One of the greatest qualities of this book is that it is what it promises to be. Vera faithfully persists on her proposed theme, namely, the indwelling of the psyche in the body over the course of maturation, and she weaves articulations that allow readers to see clearly the nexuses that Winnicott’s complex thought establishes between primitive experiences and certain impingements brought forth by patients, older children or adults.
In Chapter V, for instance, Vera outlines how, for Winnicott, the primitive experience of quiet and excited states is established as a pattern, seriously interfering in future relationships.
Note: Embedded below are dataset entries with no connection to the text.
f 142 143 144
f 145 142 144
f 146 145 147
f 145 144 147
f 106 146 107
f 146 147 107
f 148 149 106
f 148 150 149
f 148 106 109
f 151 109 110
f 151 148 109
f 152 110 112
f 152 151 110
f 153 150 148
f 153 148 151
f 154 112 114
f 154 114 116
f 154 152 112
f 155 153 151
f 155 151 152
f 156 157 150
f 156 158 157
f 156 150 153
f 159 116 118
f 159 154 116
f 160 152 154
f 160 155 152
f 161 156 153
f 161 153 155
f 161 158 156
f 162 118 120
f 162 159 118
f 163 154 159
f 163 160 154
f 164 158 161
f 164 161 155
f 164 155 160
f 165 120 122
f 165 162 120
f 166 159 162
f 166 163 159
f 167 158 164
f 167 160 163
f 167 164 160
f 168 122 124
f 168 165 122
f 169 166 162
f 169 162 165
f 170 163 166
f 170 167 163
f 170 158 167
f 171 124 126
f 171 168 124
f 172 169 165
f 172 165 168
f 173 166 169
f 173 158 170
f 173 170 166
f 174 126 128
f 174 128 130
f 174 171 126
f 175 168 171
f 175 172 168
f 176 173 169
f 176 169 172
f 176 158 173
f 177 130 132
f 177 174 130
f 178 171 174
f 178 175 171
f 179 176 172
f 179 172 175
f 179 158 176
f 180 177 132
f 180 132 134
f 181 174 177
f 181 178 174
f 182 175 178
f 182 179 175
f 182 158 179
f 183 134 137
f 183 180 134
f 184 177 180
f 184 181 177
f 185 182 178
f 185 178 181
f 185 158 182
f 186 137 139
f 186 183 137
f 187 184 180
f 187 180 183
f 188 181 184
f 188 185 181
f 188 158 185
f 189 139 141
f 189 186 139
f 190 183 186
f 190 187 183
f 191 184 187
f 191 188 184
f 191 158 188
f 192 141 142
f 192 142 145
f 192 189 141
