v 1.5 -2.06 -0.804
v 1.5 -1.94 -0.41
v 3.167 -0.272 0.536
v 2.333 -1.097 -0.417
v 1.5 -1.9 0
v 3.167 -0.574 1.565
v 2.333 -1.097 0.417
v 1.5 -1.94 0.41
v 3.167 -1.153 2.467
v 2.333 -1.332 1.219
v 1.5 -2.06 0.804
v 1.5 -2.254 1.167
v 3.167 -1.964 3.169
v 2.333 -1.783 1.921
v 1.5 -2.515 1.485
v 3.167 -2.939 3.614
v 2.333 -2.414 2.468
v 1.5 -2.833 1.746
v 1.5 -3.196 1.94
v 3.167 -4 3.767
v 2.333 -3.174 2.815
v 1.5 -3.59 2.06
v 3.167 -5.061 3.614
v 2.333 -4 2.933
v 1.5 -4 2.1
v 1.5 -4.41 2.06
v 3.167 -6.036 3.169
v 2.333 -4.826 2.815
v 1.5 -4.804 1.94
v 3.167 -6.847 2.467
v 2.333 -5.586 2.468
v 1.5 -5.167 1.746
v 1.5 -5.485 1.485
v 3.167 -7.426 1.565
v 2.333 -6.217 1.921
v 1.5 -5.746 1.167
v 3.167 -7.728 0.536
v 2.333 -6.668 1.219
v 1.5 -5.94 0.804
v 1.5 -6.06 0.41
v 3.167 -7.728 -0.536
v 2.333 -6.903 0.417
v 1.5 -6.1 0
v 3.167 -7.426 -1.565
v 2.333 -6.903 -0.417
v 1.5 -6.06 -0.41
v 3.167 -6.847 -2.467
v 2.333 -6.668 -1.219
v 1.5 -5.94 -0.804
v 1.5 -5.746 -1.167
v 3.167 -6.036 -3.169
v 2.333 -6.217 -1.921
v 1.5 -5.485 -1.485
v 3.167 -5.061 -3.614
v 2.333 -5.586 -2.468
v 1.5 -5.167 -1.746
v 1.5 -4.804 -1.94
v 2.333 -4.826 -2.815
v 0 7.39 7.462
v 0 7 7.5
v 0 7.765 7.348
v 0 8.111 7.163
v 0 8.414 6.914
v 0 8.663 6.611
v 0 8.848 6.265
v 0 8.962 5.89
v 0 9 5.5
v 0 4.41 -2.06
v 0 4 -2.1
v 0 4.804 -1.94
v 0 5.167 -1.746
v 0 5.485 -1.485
In the passage highlighted below, referring more specifically to the quiet states, she says:
When all goes well, there is also mutuality and the ability to communicate withoutwords; thus, an infant capable ofbeing peaceful in the presence of a still-undifferentiated other may, in the future, be with someone in a non-excited way – or even be alone. Failures in quiet contacts hamper the consolidation of an entire spectrum of ego relationships: the construction of possible intimacy and of a place to go back to when one is not excited. It should be mentioned that an important part of Winnicottian clinical practice rests precisely on establishing such a place of intimacy.
Another example of unearthing gems from Winnicott’s work can be found in Chapter VII, section 2.1, ‘Organising gestures, making the body personal and separating inside from outside’. After reading the excerpt from Winnicott below, readers we may observe the nexuses Vera draws:
If all goes well, there comes an end to the particular sensitive time, and you begin to hear gurglings and rumblings. This means that the part of the digestion of the milk which goes on in the stomach is becoming completed […] The point is that the gurglings indicate that the period in which the child is sensitive is at an end, and the food is now really inside. From the infant’s point of view this new stage must be a mystery, as physiology is beyond the infant mind. (W7ae, p.38-9)
Vera comments:
This passage illustrates what Winnicott might have called ‘opacity of the body’, i.e., the living physiology exceeds the child’s ability to elaborate and does not lend itself to complete appropriation. One might reasonably speculate that the food that disappears inside and places the infant face to face with the ‘mystery’ of physiological processes can be an experiential, somatic and primitive basis for the feelings and fantasies of what is ‘unfathomable’ and ‘unlimited’ that often pervade the inner/personal world.
And Vera adds a footnote: ‘Although the ideas of building a body scheme and indwelling in the soma are fundamental in Winnicott’s theory, I reiterate that the dwelling place is not a cloister and that, in health, the inner space is open and unlimited’.
As can be seen, Vera heedfully chooses and plunges into the topics and themes that seem essential to her. It is somewhat like taking readers by the hand and walking with them along the Winnicottian trails, showing them the small details that make all the difference and that cannot always be discerned by unsuspecting eyes or by those unfamiliar with the landscapes of the new paradigm of human nature that Winnicott offers us.